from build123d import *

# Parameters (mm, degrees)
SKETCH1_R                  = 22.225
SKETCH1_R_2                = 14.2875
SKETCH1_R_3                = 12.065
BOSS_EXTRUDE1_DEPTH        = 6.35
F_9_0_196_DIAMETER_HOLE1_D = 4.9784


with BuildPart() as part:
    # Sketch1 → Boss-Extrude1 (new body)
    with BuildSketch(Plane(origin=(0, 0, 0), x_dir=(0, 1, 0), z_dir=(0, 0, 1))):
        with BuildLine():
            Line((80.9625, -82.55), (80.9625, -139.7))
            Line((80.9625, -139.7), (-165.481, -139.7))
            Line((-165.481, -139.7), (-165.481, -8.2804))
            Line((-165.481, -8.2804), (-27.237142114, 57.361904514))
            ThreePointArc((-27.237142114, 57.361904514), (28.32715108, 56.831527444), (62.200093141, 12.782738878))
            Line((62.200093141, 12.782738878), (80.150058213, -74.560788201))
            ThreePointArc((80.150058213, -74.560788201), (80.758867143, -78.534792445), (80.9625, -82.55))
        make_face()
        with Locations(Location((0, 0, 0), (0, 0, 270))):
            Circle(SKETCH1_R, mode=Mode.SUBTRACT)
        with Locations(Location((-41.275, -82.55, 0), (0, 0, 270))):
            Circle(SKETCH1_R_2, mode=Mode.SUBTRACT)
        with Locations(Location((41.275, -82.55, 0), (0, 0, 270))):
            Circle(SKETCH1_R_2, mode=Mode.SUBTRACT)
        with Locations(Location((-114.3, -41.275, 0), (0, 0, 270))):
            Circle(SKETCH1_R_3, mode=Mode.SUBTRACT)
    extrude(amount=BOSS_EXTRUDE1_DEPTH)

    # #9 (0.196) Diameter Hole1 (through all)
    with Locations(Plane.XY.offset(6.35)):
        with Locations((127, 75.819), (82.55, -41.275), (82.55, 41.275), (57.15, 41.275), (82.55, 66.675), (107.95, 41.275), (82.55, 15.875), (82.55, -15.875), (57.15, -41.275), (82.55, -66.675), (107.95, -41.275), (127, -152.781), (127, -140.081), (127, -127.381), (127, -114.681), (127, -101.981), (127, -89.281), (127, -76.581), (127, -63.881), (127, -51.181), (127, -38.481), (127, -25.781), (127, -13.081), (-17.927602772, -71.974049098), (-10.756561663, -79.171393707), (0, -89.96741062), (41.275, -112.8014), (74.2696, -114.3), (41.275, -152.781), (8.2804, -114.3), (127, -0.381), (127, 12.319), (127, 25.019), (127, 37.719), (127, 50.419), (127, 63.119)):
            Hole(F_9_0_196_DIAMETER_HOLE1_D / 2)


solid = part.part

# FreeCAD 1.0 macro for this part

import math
import FreeCAD as App
import Part
import Sketcher
Q = App.Units.Quantity

doc = App.newDocument("Part")
body = doc.addObject("PartDesign::Body", "Body")

# Sketch on XY plane
sketch1 = body.newObject("Sketcher::SketchObject", "Sketch")
sketch1.AttachmentSupport = (doc.getObject("XY_Plane"), [""])
sketch1.MapMode = "FlatFace"
sketch1.addGeometry([
    Part.LineSegment(App.Vector(139.7, 80.9625, 0), App.Vector(82.55, 80.9625, 0)),  # 0
    Part.ArcOfCircle(Part.Circle(App.Vector(82.55, 41.275, 0), App.Vector(0, 0, 1), 39.6875), math.radians(90), math.radians(101.613164)),  # 1
    Part.LineSegment(App.Vector(74.560788, 80.150058, 0), App.Vector(-12.782739, 62.200093, 0)),  # 2
    Part.ArcOfCircle(Part.Circle(App.Vector(0, 0, 0), App.Vector(0, 0, 1), 63.5), math.radians(101.613164), math.radians(205.399761)),  # 3
    Part.LineSegment(App.Vector(-57.361905, -27.237142, 0), App.Vector(8.2804, -165.481, 0)),  # 4
    Part.LineSegment(App.Vector(8.2804, -165.481, 0), App.Vector(139.7, -165.481, 0)),  # 5
    Part.LineSegment(App.Vector(139.7, -165.481, 0), App.Vector(139.7, 80.9625, 0)),  # 6
    Part.Circle(App.Vector(82.55, 41.275, 0), App.Vector(0, 0, 1), 14.2875),  # 7
    Part.Circle(App.Vector(82.55, -41.275, 0), App.Vector(0, 0, 1), 14.2875),  # 8
    Part.Circle(App.Vector(41.275, -114.3, 0), App.Vector(0, 0, 1), 12.065),  # 9
    Part.Circle(App.Vector(0, 0, 0), App.Vector(0, 0, 1), 22.225),  # 10
], False)
sketch1.addConstraint([
    Sketcher.Constraint("Tangent", 0, 2, 1, 1),
    Sketcher.Constraint("Tangent", 1, 2, 2, 1),
    Sketcher.Constraint("Tangent", 2, 2, 3, 1),
    Sketcher.Constraint("Tangent", 3, 2, 4, 1),
    Sketcher.Constraint("Coincident", 4, 2, 5, 1),
    Sketcher.Constraint("Coincident", 5, 2, 6, 1),
    Sketcher.Constraint("Coincident", 6, 2, 0, 1),
    Sketcher.Constraint("Horizontal", 0),
    Sketcher.Constraint("Horizontal", 5),
    Sketcher.Constraint("Vertical", 6),
    Sketcher.Constraint("Coincident", 3, 3, -1, 1),
    Sketcher.Constraint("Coincident", 10, 3, -1, 1),
    Sketcher.Constraint("Coincident", 7, 3, 1, 3),
    Sketcher.Constraint("Equal", 7, 8),
    Sketcher.Constraint("Symmetric", 1, 3, 8, 3, -1),
    Sketcher.Constraint("Radius", 3, Q("2.5 in")),
    Sketcher.Constraint("Diameter", 9, Q("0.95 in")),
    Sketcher.Constraint("Diameter", 10, Q("1.75 in")),
    Sketcher.Constraint("Diameter", 7, Q("1.125 in")),
    Sketcher.Constraint("Radius", 1, Q("1.5625 in")),
    Sketcher.Constraint("DistanceX", 0, 2, 0, 1, Q("2.25 in")),
    Sketcher.Constraint("DistanceY", 9, 3, -1, 1, Q("4.5 in")),
    Sketcher.Constraint("DistanceX", -1, 1, 5, 2, Q("5.5 in")),
    Sketcher.Constraint("DistanceX", 5, 1, 5, 2, Q("5.174 in")),
    Sketcher.Constraint("DistanceY", 8, 3, 7, 3, Q("3.25 in")),
    Sketcher.Constraint("DistanceY", 4, 2, 8, 3, Q("4.89 in")),
    Sketcher.Constraint("DistanceX", -1, 1, 9, 3, Q("1.625 in")),
])
pad1 = body.newObject("PartDesign::Pad", "Pad")
pad1.Profile = sketch1
pad1.Length = Q("0.25 in")

# Sketch on XY plane
sketch2 = body.newObject("Sketcher::SketchObject", "Sketch001")
sketch2.AttachmentSupport = (doc.getObject("XY_Plane"), [""])
sketch2.MapMode = "FlatFace"
sketch2.AttachmentOffset = App.Placement(App.Vector(0, 0, 0.25 * 25.4), App.Rotation())
sketch2.addGeometry([
    Part.Circle(App.Vector(127, 75.819, 0), App.Vector(0, 0, 1), 2.4892),  # 0
    Part.Circle(App.Vector(82.55, -41.275, 0), App.Vector(0, 0, 1), 2.4892),  # 1
    Part.Circle(App.Vector(82.55, 41.275, 0), App.Vector(0, 0, 1), 2.4892),  # 2
    Part.Circle(App.Vector(57.15, 41.275, 0), App.Vector(0, 0, 1), 2.4892),  # 3
    Part.Circle(App.Vector(82.55, 66.675, 0), App.Vector(0, 0, 1), 2.4892),  # 4
    Part.Circle(App.Vector(107.95, 41.275, 0), App.Vector(0, 0, 1), 2.4892),  # 5
    Part.Circle(App.Vector(82.55, 15.875, 0), App.Vector(0, 0, 1), 2.4892),  # 6
    Part.Circle(App.Vector(82.55, -15.875, 0), App.Vector(0, 0, 1), 2.4892),  # 7
    Part.Circle(App.Vector(57.15, -41.275, 0), App.Vector(0, 0, 1), 2.4892),  # 8
    Part.Circle(App.Vector(82.55, -66.675, 0), App.Vector(0, 0, 1), 2.4892),  # 9
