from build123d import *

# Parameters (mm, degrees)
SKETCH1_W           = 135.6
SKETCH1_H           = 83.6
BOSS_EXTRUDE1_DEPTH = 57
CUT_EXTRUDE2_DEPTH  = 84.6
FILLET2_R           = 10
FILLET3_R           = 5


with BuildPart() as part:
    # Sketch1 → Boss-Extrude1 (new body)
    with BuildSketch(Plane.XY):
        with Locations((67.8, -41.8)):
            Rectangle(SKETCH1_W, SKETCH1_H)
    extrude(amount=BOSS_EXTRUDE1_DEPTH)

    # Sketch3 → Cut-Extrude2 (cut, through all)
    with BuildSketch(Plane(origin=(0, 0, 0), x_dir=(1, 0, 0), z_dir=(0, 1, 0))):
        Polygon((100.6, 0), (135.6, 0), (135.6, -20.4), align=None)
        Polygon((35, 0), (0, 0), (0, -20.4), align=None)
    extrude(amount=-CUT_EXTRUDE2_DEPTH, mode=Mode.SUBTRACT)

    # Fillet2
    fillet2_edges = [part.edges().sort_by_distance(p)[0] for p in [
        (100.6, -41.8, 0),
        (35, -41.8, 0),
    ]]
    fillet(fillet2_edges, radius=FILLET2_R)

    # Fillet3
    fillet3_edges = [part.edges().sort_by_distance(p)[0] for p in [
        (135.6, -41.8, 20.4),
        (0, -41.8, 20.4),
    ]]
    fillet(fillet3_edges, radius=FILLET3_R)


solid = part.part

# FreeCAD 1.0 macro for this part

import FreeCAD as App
import Part
import Sketcher
from FreeCAD import Vector
Q = App.Units.Quantity


def edges_at(feature, points):
    """Names of the edges that pass closest to the given points."""
    edges = feature.Shape.Edges
    near = lambda p: min(range(len(edges)), key=lambda i: edges[i].distToShape(Part.Vertex(*p))[0])
    return sorted({f"Edge{near(p) + 1}" for p in points})

doc = App.newDocument("Part")
body = doc.addObject("PartDesign::Body", "Body")

# Sketch on XY plane
sketch1 = body.newObject("Sketcher::SketchObject", "Sketch")
sketch1.AttachmentSupport = (doc.getObject("XY_Plane"), [""])
sketch1.MapMode = "FlatFace"
sketch1.addGeometry([
    Part.LineSegment(Vector(0, 0, 0), Vector(0, -83.6, 0)),
    Part.LineSegment(Vector(0, -83.6, 0), Vector(135.6, -83.6, 0)),
    Part.LineSegment(Vector(135.6, -83.6, 0), Vector(135.6, 0, 0)),
    Part.LineSegment(Vector(135.6, 0, 0), Vector(0, 0, 0)),
], False)
sketch1.addConstraint([
    Sketcher.Constraint("Coincident", 0, 2, 1, 1),
    Sketcher.Constraint("Coincident", 1, 2, 2, 1),
    Sketcher.Constraint("Coincident", 2, 2, 3, 1),
    Sketcher.Constraint("Coincident", 3, 2, 0, 1),
    Sketcher.Constraint("Vertical", 0),
    Sketcher.Constraint("Horizontal", 1),
    Sketcher.Constraint("Vertical", 2),
    Sketcher.Constraint("Horizontal", 3),
    Sketcher.Constraint("Coincident", 3, 2, -1, 1),
    Sketcher.Constraint("DistanceX", 1, 1, 1, 2, Q("135.6 mm")),
    Sketcher.Constraint("DistanceY", 0, 2, 0, 1, Q("83.6 mm")),
])
pad1 = body.newObject("PartDesign::Pad", "Pad")
pad1.Profile = sketch1
pad1.Length = 57

# Sketch on XZ plane
sketch2 = body.newObject("Sketcher::SketchObject", "Sketch001")
sketch2.AttachmentSupport = (doc.getObject("XZ_Plane"), [""])
sketch2.MapMode = "FlatFace"
sketch2.addGeometry([
    Part.LineSegment(Vector(135.6, 0, 0), Vector(100.6, 0, 0)),  # 0
    Part.LineSegment(Vector(100.6, 0, 0), Vector(135.6, 20.4, 0)),  # 1
    Part.LineSegment(Vector(135.6, 20.4, 0), Vector(135.6, 0, 0)),  # 2
    Part.LineSegment(Vector(35, 0, 0), Vector(0, 0, 0)),  # 3
    Part.LineSegment(Vector(0, 0, 0), Vector(0, 20.4, 0)),  # 4
    Part.LineSegment(Vector(0, 20.4, 0), Vector(35, 0, 0)),  # 5
], False)
sketch2.addConstraint([
    Sketcher.Constraint("Coincident", 0, 2, 1, 1),
    Sketcher.Constraint("Coincident", 1, 2, 2, 1),
    Sketcher.Constraint("Coincident", 2, 2, 0, 1),
    Sketcher.Constraint("Coincident", 3, 2, 4, 1),
    Sketcher.Constraint("Coincident", 4, 2, 5, 1),
    Sketcher.Constraint("Coincident", 5, 2, 3, 1),
    Sketcher.Constraint("Horizontal", 0),
    Sketcher.Constraint("Vertical", 2),
    Sketcher.Constraint("Horizontal", 3),
    Sketcher.Constraint("Vertical", 4),
    Sketcher.Constraint("Coincident", 3, 2, -1, 1),
    Sketcher.Constraint("PointOnObject", 0, 2, -1),
    Sketcher.Constraint("Horizontal", 1, 2, 4, 2),
    Sketcher.Constraint("Equal", 0, 3),
    Sketcher.Constraint("DistanceX", 0, 2, 0, 1, Q("35 mm")),
    Sketcher.Constraint("DistanceY", 2, 2, 2, 1, Q("20.4 mm")),
    Sketcher.Constraint("DistanceX", -1, 1, 0, 2, Q("100.6 mm")),
])
pocket1 = body.newObject("PartDesign::Pocket", "Pocket")
pocket1.Profile = sketch2
pocket1.Type = "ThroughAll"
pocket1.Reversed = True
doc.recompute()

fillet = body.newObject("PartDesign::Fillet", "Fillet")
fillet.Base = (pocket1, edges_at(pocket1, [(100.6, -41.8, 0), (35, -41.8, 0)]))
fillet.Radius = 10
doc.recompute()

fillet2 = body.newObject("PartDesign::Fillet", "Fillet001")
fillet2.Base = (fillet, edges_at(fillet, [(135.6, -41.8, 20.4), (0, -41.8, 20.4)]))
fillet2.Radius = 5

doc.recompute()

━━━━━━━━━━━━━━━━━━━━

For this listing, copy out every line that includes the word "ThreePointArc".

            ThreePointArc((-27.237142114, 57.361904514), (28.32715108, 56.831527444), (62.200093141, 12.782738878))
            ThreePointArc((80.150058213, -74.560788201), (80.758867143, -78.534792445), (80.9625, -82.55))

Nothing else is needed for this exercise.